# Charging an AGM Deep Cycle Battery



## Silver Panner (Apr 15, 2009)

Couple questions for you guys. First some background.

I purchased my Skamper 2 years ago. It didn't have a battery hooked up when I bought it. Most of the time we were somewhere we could get shore power so that was fine. Last year having a battery would have been great so I didnt have to mess with lanterns or the Mr Buddy. So this year I decided to figure it out and install one. Last weekend I took some time to figure out the wiring. Now that I know how its set up (and that it is set up) I'm ready to get a battery. I've decided to go with a AGM battery. First because the low maintenance and second because of the durability. The main drawback is that it requires a specialty charger (3 stage). So, my questions are this.

1. What chargers are everyone using for the AGM battery. There are some out there from $40 all the way up to $200. I'm not finding any good overviews on the advantages or disadvantages.

2. The wiring on the camper has a wire from the truck hookup that appears to be for charging the battery while in transit. The question is, with the charging requirements of the AGM batteries, should I still hook this up? Could it damage the battery if the battery is already fully charged? Currently it appears that this option is disabled.

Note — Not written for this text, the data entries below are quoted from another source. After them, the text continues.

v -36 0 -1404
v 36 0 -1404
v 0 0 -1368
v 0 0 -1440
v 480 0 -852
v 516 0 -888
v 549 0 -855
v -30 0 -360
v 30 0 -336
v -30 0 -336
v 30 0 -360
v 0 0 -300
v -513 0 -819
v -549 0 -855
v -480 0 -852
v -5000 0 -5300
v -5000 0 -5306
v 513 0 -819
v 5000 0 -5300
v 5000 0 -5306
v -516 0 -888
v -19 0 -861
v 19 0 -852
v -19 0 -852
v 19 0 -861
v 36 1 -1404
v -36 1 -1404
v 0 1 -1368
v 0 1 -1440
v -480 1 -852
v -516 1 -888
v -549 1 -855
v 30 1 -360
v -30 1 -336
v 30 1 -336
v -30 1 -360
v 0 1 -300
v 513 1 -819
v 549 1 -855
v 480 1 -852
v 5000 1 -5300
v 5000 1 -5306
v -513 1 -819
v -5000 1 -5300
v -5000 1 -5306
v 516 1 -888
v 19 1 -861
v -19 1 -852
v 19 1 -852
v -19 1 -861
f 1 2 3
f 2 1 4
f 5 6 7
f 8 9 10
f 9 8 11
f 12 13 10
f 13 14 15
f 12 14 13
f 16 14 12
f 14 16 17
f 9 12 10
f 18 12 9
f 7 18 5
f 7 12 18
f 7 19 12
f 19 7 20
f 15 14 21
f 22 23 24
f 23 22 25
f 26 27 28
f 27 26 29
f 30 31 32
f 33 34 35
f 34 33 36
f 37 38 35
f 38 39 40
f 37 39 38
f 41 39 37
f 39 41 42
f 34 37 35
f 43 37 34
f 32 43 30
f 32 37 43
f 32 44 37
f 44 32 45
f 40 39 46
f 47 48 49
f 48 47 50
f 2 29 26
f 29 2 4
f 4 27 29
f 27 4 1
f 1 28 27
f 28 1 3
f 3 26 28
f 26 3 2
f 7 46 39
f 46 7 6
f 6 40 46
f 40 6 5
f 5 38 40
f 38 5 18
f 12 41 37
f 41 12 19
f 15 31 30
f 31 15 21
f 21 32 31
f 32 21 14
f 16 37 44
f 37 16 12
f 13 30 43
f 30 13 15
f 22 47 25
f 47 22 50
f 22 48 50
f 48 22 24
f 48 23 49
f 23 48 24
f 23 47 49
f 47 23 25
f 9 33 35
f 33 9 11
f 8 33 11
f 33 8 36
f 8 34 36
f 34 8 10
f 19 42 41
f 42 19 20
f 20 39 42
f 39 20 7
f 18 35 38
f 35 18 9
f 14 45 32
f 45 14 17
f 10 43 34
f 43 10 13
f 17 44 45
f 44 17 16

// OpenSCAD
$fs = 120;

$vpt = [0,1080,480];
$vpr = [-34,0,0];
$vpf = 45;

foul_line = 6;
plain_color = [1,1,1,0.8];
out_color = [1,0.75,0.75,0.8];
eat_color = [0.5,0.75,1,0.8];

// home, first, second, third, rubber
color([1,1,1]) scale([1,-1,-1]) rotate([90,0,0]) linear_extrude(1) {
    polygon([[-30,30*2+300],[30,30*2+300],[30,30+300],[0,300],[-30,30+300]]);
    polygon([[552-36*2,852],[552-36,852+36],[552,852],[552-36,852-36]]);
    polygon([[0,1404+36],[36,1404],[0,1404-36],[-36,1404]]);
    polygon([[-552+36*2,852],[-552+36,852+36],[-552,852],[-552+36,852-36]]);
    polygon([[-19,852],[19,852],[19,9+852],[-19,9+852]]);
}

// foul lines
color([1,1,1,0.5]) scale([1,-1,-1]) rotate([90,0,0]) linear_extrude(1) {
    polygon([[0,300],[-5000,300+5000],[-5000,300+5000+foul_line],[0,300+foul_line]]);
    polygon([[0,300],[5000,300+5000],[5000,300+5000+foul_line],[0,300+foul_line]]);
}

scale([0.1,0.1,-0.1]) translate([-23200,0,0]) {
    color(out_color) polyhedron([[10890,0,13040],[40710,0,42630],[10890,10000,13040],[40710,10000,42630]], [[0,1,3,2]]);
    color(out_color) polyhedron([[10890,0,13040],[10890,0,13140],[10890,10000,13040],[10890,10000,13140]], [[0,1,3,2]]);
    color(out_color) polyhedron([[40710,0,42630],[40710,0,42730],[40710,10000,42630],[40710,10000,42730]], [[0,1,3,2]]);
    color(out_color) polyhedron([[10890,0,13140],[40710,0,42730],[10890,10000,13140],[40710,10000,42730]], [[0,1,3,2]]);
    color(out_color) polyhedron([[10890,10000,13040],[10890,10000,13140],[40710,10000,42630],[40710,10000,42730]], [[0,1,3,2]]);
    color(plain_color) polyhedron([[19670,0,16560],[33580,0,29730],[19670,4083,16560],[33580,4083,29730]], [[0,1,3,2]]);
    color(plain_color) polyhedron([[19670,0,16560],[15260,0,21410],[19670,4083,16560],[15260,4083,21410]], [[0,1,3,2]]);
    color(plain_color) polyhedron([[33580,0,29730],[24510,0,29290],[33580,4083,29730],[24510,4083,29290]], [[0,1,3,2]]);
    color(plain_color) polyhedron([[15260,0,21410],[24510,0,29290],[15260,4083,21410],[24510,4083,29290]], [[0,1,3,2]]);
    color(plain_color) polyhedron([[19670,4083,16560],[15260,4083,21410],[33580,4083,29730],[24510,4083,29290]], [[0,1,3,2]]);
    color(plain_color) polyhedron([[27410,0,22160],[31740,0,26870],[27410,2300,22160],[31740,2300,26870]], [[0,1,3,2]]);
    color(plain_color) polyhedron([[27410,0,22160],[26340,0,23630],[27410,2300,22160],[26340,2300,23630]], [[0,1,3,2]]);
    color(plain_color) polyhedron([[31740,0,26870],[30760,0,29430],[31740,2300,26870],[30760,2300,29430]], [[0,1,3,2]]);
    color(plain_color) polyhedron([[26340,0,23630],[30760,0,29430],[26340,2300,23630],[30760,2300,29430]], [[0,1,3,2]]);
    color(plain_color) polyhedron([[27410,2300,22160],[26340,2300,23630],[31740,2300,26870],[30760,2300,29430]], [[0,1,3,2]]);
    color(out_color) polyhedron([[36990,0,17060],[37090,0,17060],[36990,10000,17060],[37090,10000,17060]], [[0,1,3,2]]);
    color(out_color) polyhedron([[36990,0,17060],[10390,0,42630],[36990,10000,17060],[10390,10000,42630]], [[0,1,3,2]]);
    color(out_color) polyhedron([[37090,0,17060],[10290,0,42630],[37090,10000,17060],[10290,10000,42630]], [[0,1,3,2]]);
    color(out_color) polyhedron([[10390,0,42630],[10290,0,42630],[10390,10000,42630],[10290,10000,42630]], [[0,1,3,2]]);
    color(out_color) polyhedron([[36990,10000,17060],[10390,10000,42630],[37090,10000,17060],[10290,10000,42630]], [[0,1,3,2]]);
    color(plain_color) polyhedron([[27410,0,22160],[32850,0,16800],[27410,2000,22160],[32850,2000,16800]], [[0,1,3,2]]);
    color(plain_color) polyhedron([[27410,0,22160],[31740,0,26870],[27410,2000,22160],[31740,2000,26870]], [[0,1,3,2]]);
    color(plain_color) polyhedron([[32850,0,16800],[34720,0,19120],[32850,2000,16800],[34720,2000,19120]], [[0,1,3,2]]);
    color(plain_color) polyhedron([[31740,0,26870],[34720,0,19120],[31740,2000,26870],[34720,2000,19120]], [[0,1,3,2]]);
    color(plain_color) polyhedron([[27410,2000,22160],[31740,2000,26870],[32850,2000,16800],[34720,2000,19120]], [[0,1,3,2]]);
    color(plain_color) polyhedron([[35720,0,13800],[38660,0,16120],[35720,1400,13800],[38660,1400,16120]], [[0,1,3,2]]);
    color(plain_color) polyhedron([[35720,0,13800],[32850,0,16800],[35720,1400,13800],[32850,1400,16800]], [[0,1,3,2]]);
    color(plain_color) polyhedron([[38660,0,16120],[34720,0,19120],[38660,1400,16120],[34720,1400,19120]], [[0,1,3,2]]);
    color(plain_color) polyhedron([[32850,0,16800],[34720,0,19120],[32850,1400,16800],[34720,1400,19120]], [[0,1,3,2]]);
    color(plain_color) polyhedron([[35720,1400,13800],[32850,1400,16800],[38660,1400,16120],[34720,1400,19120]], [[0,1,3,2]]);
    color(plain_color) polyhedron([[30230,0,5340],[37260,0,12570],[30230,1300,5340],[37260,1300,12570]], [[0,1,3,2]]);
    color(plain_color) polyhedron([[30230,0,5340],[29440,0,8170],[30230,1300,5340],[29440,1300,8170]], [[0,1,3,2]]);
    color(plain_color) polyhedron([[37260,0,12570],[35250,0,13900],[37260,1300,12570],[35250,1300,13900]], [[0,1,3,2]]);
    color(plain_color) polyhedron([[29440,0,8170],[35250,0,13900],[29440,1300,8170],[35250,1300,13900]], [[0,1,3,2]]);
    color(plain_color) polyhedron([[30230,1300,5340],[29440,1300,8170],[37260,1300,12570],[35250,1300,13900]], [[0,1,3,2]]);
    color(plain_color) polyhedron([[29420,0,4410],[30230,0,5340],[29420,1300,4410],[30230,1300,5340]], [[0,1,3,2]]);
    color(plain_color) polyhedron([[29420,0,4410],[28520,0,6350],[29420,1300,4410],[28520,1300,6350]], [[0,1,3,2]]);
    color(plain_color) polyhedron([[30230,0,5340],[29440,0,8170],[30230,1300,5340],[29440,1300,8170]], [[0,1,3,2]]);
    color(plain_color) polyhedron([[28520,0,6350],[29440,0,8170],[28520,1300,6350],[29440,1300,8170]], [[0,1,3,2]]);
    color(plain_color) polyhedron([[29420,1300,4410],[28520,1300,6350],[30230,1300,5340],[29440,1300,8170]], [[0,1,3,2]]);
    color(out_color) polyhedron([[22580,0,1880],[22680,0,1880],[22580,1200,1880],[22680,1200,1880]], [[0,1,3,2]]);
    color(out_color) polyhedron([[22580,0,1880],[12710,0,11920],[22580,1200,1880],[12710,1200,11920]], [[0,1,3,2]]);
    color(out_color) polyhedron([[22680,0,1880],[12810,0,11920],[22680,1200,1880],[12810,1200,11920]], [[0,1,3,2]]);
    color(out_color) polyhedron([[12710,0,11920],[12810,0,11920],[12710,1200,11920],[12810,1200,11920]], [[0,1,3,2]]);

I have a four pin hook up and it looks like I need a 5 pin to make it work. 

Thanks and I hope I explained this correctly. This is my first time dealing with this.


----------



## huntingnut (Nov 27, 2012)

It sounds like your going to do some camping off the grid. Have you thought about or investigated a Solar Panel kit to keep the battery charged? I've been looking for an alternative solution to keep my battery bank charged (4 AGM's) without using a gas powered generator. With all the research I've done on the subject, solar power is a good way to go. However the initial cost will be more than purchasing just a charger, but on plus side the panel will keep the battery trickle charged when not in use and it will ready when needed.
There are some good articles on internet about using solar power in RV's and campers.


----------



## Silver Panner (Apr 15, 2009)

I'm not doing any extreme stuff. Mainly race weekends, salmon camp and sometimes when we have a bunch of people at the cabin I'll bring the camper too. Right now I'm only looking to power the lights and furnace for 2-3 days. I have thought about the solar option but since I'm going for such a short duration, I don't think I need it yet. All the lights are being replaced with LED's next week so the main draw will be the furnace (still a little confused on how to figure out the draw.) When we use the furnace, its only in the fall and it doesn't get to cold. Plus I have a Mr. Buddy for a back up.


----------



## 6Speed (Mar 8, 2013)

huntingnut said:


> It sounds like your going to do some camping off the grid. Have you thought about or investigated a Solar Panel kit to keep the battery charged? I've been looking for an alternative solution to keep my battery bank charged (4 AGM's) without using a gas powered generator. With all the research I've done on the subject, solar power is a good way to go. However the initial cost will be more than purchasing just a charger, but on plus side the panel will keep the battery trickle charged when not in use and it will ready when needed.
> There are some good articles on internet about using solar power in RV's and campers.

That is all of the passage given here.